** TASK OBJECTIVE **
From the entries below, return only the lines starting at the one that contains "#173=ADVANCED_FACE('',(#172),#44,.F.);" and ending at the one that contains "#188=FACE_BOUND('',#187,.F.);", exactly as they stand.

** DATA EXTRACTS **
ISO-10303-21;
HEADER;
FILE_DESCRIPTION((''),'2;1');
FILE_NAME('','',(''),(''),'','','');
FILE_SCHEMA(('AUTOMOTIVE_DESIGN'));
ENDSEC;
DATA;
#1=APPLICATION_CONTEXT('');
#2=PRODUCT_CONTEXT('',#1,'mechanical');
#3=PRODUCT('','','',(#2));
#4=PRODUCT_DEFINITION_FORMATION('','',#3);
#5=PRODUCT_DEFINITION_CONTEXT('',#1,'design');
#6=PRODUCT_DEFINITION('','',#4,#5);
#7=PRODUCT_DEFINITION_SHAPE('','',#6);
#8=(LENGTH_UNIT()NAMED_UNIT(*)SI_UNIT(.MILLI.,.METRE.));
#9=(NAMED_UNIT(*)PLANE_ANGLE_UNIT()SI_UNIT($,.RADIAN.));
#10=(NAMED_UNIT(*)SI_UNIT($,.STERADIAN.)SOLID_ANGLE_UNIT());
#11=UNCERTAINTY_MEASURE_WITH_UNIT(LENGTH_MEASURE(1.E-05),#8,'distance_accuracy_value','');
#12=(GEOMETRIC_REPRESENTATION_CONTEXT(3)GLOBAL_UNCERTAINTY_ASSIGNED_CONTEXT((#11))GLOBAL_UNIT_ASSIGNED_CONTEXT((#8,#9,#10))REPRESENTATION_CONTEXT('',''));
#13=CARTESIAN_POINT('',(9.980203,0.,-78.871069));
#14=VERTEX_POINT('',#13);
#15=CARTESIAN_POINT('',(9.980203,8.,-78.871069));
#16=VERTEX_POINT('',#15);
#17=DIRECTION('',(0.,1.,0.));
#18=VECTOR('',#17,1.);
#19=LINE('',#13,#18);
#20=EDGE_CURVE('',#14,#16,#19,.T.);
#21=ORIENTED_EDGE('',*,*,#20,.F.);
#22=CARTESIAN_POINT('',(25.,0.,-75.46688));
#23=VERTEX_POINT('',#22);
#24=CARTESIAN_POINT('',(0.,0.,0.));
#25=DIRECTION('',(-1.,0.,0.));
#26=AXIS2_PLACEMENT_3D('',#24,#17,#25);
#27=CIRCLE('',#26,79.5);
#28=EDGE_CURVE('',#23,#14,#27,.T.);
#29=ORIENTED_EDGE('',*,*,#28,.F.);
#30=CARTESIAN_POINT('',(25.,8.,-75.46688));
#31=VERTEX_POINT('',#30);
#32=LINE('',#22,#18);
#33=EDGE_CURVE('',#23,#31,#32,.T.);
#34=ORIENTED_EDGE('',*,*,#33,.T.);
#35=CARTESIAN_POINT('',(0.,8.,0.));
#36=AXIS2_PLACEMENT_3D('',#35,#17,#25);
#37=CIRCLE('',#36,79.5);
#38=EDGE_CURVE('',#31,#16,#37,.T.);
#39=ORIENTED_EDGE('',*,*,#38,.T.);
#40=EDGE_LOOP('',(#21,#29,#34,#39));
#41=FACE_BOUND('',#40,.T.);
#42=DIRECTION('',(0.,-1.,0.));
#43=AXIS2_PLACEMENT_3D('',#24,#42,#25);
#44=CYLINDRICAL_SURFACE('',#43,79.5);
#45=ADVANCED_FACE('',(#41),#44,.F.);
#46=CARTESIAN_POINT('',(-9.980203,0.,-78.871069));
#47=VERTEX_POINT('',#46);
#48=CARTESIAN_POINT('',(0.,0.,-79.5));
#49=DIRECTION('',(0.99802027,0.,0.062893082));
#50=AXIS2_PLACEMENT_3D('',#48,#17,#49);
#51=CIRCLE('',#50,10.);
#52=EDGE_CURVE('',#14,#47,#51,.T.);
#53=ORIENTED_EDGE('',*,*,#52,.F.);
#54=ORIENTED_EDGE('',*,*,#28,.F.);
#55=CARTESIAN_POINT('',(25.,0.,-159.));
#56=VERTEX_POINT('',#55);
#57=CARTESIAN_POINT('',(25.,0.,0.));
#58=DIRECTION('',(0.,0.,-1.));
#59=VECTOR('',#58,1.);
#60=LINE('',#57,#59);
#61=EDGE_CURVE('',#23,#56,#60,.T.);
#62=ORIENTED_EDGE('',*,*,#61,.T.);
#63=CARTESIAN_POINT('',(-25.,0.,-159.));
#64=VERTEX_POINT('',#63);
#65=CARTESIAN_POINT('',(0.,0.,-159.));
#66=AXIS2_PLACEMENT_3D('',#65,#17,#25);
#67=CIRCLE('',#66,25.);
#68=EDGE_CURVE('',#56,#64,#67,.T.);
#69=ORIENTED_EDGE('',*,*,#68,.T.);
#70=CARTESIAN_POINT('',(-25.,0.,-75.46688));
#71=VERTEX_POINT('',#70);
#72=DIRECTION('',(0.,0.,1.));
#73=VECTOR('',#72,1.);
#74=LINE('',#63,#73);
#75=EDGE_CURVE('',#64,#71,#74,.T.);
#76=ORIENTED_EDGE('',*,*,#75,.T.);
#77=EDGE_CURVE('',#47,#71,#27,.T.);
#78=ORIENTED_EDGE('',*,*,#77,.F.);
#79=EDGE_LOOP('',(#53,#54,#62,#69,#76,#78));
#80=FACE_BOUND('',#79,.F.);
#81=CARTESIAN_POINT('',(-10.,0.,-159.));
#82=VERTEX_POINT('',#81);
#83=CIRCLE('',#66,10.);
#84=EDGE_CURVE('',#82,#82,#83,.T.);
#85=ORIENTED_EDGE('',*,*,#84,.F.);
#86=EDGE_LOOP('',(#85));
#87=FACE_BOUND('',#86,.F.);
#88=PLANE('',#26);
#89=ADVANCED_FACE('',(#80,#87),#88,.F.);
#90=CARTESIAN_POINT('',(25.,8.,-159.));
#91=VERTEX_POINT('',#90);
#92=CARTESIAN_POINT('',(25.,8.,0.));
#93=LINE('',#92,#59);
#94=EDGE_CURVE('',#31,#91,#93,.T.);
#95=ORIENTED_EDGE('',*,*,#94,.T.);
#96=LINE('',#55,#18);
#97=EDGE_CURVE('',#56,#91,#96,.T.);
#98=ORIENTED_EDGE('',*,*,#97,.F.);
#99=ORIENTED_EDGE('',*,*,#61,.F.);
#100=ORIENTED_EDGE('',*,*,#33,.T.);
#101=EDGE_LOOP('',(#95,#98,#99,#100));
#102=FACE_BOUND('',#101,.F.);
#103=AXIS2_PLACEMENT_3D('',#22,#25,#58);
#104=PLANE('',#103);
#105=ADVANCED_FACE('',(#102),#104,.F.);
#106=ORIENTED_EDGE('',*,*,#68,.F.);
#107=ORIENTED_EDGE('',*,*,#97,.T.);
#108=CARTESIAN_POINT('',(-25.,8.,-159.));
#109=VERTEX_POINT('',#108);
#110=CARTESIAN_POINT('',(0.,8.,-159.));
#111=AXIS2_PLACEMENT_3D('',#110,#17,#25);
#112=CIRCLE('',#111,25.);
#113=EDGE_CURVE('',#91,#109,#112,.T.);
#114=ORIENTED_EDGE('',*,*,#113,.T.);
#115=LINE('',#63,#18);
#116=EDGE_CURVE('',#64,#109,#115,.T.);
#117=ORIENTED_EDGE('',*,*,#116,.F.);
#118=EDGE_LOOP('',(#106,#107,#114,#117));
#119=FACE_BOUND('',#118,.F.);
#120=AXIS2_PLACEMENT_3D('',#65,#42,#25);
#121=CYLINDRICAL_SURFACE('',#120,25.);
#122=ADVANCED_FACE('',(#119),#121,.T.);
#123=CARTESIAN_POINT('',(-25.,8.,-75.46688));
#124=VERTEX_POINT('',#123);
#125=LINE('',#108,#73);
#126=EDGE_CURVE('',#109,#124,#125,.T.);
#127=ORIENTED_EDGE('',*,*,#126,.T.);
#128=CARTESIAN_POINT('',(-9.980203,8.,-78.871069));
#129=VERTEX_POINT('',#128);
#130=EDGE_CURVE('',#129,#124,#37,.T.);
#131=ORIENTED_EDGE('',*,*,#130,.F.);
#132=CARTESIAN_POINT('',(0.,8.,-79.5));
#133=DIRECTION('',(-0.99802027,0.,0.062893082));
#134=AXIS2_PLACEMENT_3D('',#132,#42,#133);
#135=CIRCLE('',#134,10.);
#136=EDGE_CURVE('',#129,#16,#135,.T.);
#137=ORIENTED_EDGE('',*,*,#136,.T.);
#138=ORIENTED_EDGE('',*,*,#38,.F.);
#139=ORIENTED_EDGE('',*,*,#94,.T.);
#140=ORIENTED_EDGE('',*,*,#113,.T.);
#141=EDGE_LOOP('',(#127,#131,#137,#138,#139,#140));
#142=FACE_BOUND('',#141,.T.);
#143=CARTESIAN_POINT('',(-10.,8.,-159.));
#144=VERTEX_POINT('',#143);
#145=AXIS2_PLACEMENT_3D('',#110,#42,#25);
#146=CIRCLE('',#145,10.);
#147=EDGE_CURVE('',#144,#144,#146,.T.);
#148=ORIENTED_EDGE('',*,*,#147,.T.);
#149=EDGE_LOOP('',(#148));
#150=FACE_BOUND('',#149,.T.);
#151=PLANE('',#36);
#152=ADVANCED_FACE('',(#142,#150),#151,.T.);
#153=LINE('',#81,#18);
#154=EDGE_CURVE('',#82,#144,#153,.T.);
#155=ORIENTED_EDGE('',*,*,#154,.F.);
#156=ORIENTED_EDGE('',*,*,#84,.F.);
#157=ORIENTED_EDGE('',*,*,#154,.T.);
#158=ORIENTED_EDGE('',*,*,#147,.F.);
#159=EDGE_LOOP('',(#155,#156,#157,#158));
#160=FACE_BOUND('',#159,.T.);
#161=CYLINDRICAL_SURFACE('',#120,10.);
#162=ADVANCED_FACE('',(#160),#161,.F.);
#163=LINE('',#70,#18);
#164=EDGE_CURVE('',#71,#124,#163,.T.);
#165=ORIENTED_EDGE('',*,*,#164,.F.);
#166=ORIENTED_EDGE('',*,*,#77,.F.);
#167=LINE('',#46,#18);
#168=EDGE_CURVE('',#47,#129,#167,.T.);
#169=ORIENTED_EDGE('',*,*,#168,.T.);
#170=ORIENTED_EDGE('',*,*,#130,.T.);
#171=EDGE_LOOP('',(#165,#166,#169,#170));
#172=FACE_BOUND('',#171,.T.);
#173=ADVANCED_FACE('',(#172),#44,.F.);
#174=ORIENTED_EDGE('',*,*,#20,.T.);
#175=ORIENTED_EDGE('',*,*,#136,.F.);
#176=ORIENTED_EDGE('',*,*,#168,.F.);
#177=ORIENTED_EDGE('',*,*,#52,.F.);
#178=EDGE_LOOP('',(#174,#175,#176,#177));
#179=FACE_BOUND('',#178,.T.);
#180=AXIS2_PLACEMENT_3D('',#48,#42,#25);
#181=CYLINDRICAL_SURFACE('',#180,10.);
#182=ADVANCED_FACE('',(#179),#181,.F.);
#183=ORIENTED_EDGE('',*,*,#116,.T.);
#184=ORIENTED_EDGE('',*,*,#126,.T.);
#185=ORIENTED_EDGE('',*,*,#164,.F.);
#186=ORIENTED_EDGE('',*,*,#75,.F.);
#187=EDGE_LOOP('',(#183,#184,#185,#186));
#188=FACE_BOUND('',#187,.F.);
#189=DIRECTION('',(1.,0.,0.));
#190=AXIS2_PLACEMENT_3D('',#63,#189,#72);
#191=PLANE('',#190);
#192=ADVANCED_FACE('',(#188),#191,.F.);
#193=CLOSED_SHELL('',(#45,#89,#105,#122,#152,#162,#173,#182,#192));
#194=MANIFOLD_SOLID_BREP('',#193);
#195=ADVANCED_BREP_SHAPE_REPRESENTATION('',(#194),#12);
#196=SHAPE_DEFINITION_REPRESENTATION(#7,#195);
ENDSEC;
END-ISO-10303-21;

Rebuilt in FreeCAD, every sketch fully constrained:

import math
import FreeCAD as App
import Part
import Sketcher

V = App.Vector

doc = App.newDocument("Part")
params = doc.addObject("Spreadsheet::Sheet", "Params")
for row, (alias, value) in enumerate([
    ("sketch1_diameter", "20 mm"),
    ("sketch1_radius", "25 mm"),
    ("sketch1_radius2", "79.5 mm"),
    ("pad1_length", "8 mm"),
], start=1):
    params.set(f"A{row}", alias)
    params.set(f"B{row}", "=" + value)
    params.setAlias(f"B{row}", alias)

body = doc.addObject("PartDesign::Body", "Body")

# Sketch on XZ plane
sketch1 = doc.addObject("Sketcher::SketchObject", "Sketch")
body.addObject(sketch1)
sketch1.AttachmentSupport = (doc.XZ_Plane, [""])
sketch1.MapMode = "FlatFace"
sketch1.addGeometry(Part.LineSegment(V(-25, -159, 0), V(-25, -75, 0)), False)
sketch1.addGeometry(Part.ArcOfCircle(Part.Circle(V(0, 0, 0), V(0, 0, 1), 80), math.radians(-108.33), math.radians(-97.21)), False)
sketch1.addGeometry(Part.ArcOfCircle(Part.Circle(V(0, -80, 0), V(0, 0, 1), 10), math.radians(176), math.radians(364)), False)
sketch1.addGeometry(Part.ArcOfCircle(Part.Circle(V(0, 0, 0), V(0, 0, 1), 80), math.radians(-82.79), math.radians(-71.67)), False)
sketch1.addGeometry(Part.LineSegment(V(25, -75, 0), V(25, -159, 0)), False)
sketch1.addGeometry(Part.ArcOfCircle(Part.Circle(V(0, -159, 0), V(0, 0, 1), 25), math.radians(180), math.radians(360)), False)
sketch1.addGeometry(Part.Circle(V(0, -159, 0), V(0, 0, 1), 10), False)
sketch1.addConstraint(Sketcher.Constraint("Coincident", 0, 2, 1, 1))
sketch1.addConstraint(Sketcher.Constraint("Coincident", 1, 2, 2, 1))
sketch1.addConstraint(Sketcher.Constraint("Coincident", 2, 2, 3, 1))
sketch1.addConstraint(Sketcher.Constraint("Coincident", 3, 2, 4, 1))
sketch1.addConstraint(Sketcher.Constraint("Tangent", 4, 2, 5, 2))
sketch1.addConstraint(Sketcher.Constraint("Tangent", 5, 1, 0, 1))
sketch1.addConstraint(Sketcher.Constraint("Vertical", 0))
sketch1.addConstraint(Sketcher.Constraint("Vertical", 4))
sketch1.addConstraint(Sketcher.Constraint("Coincident", 1, 3, -1, 1))
sketch1.addConstraint(Sketcher.Constraint("Coincident", 3, 3, -1, 1))
sketch1.addConstraint(Sketcher.Constraint("Coincident", 6, 3, 5, 3))
sketch1.addConstraint(Sketcher.Constraint("Equal", 1, 3))
sketch1.addConstraint(Sketcher.Constraint("Equal", 2, 6))
sketch1.addConstraint(Sketcher.Constraint("PointOnObject", 2, 3, -2))
sketch1.addConstraint(Sketcher.Constraint("PointOnObject", 5, 3, -2))
sketch1.addConstraint(Sketcher.Constraint("Diameter", 6, 20.0))
sketch1.addConstraint(Sketcher.Constraint("Radius", 5, 25.0))
sketch1.addConstraint(Sketcher.Constraint("Radius", 1, 79.5))
sketch1.addConstraint(Sketcher.Constraint("DistanceY", 5, 3, -1, 1, 159.0))
sketch1.addConstraint(Sketcher.Constraint("DistanceY", 2, 3, -1, 1, 79.5))
sketch1.setExpression("Constraints[15]", "Params.sketch1_diameter")
sketch1.setExpression("Constraints[16]", "Params.sketch1_radius")
sketch1.setExpression("Constraints[17]", "Params.sketch1_radius2")
pad1 = doc.addObject("PartDesign::Pad", "Pad")
body.addObject(pad1)
pad1.Profile = sketch1
pad1.setExpression("Length", "Params.pad1_length")
pad1.Reversed = True

doc.recompute()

** SOLUTION BELOW **
#173=ADVANCED_FACE('',(#172),#44,.F.);
#174=ORIENTED_EDGE('',*,*,#20,.T.);
#175=ORIENTED_EDGE('',*,*,#136,.F.);
#176=ORIENTED_EDGE('',*,*,#168,.F.);
#177=ORIENTED_EDGE('',*,*,#52,.F.);
#178=EDGE_LOOP('',(#174,#175,#176,#177));
#179=FACE_BOUND('',#178,.T.);
#180=AXIS2_PLACEMENT_3D('',#48,#42,#25);
#181=CYLINDRICAL_SURFACE('',#180,10.);
#182=ADVANCED_FACE('',(#179),#181,.F.);
#183=ORIENTED_EDGE('',*,*,#116,.T.);
#184=ORIENTED_EDGE('',*,*,#126,.T.);
#185=ORIENTED_EDGE('',*,*,#164,.F.);
#186=ORIENTED_EDGE('',*,*,#75,.F.);
#187=EDGE_LOOP('',(#183,#184,#185,#186));
#188=FACE_BOUND('',#187,.F.);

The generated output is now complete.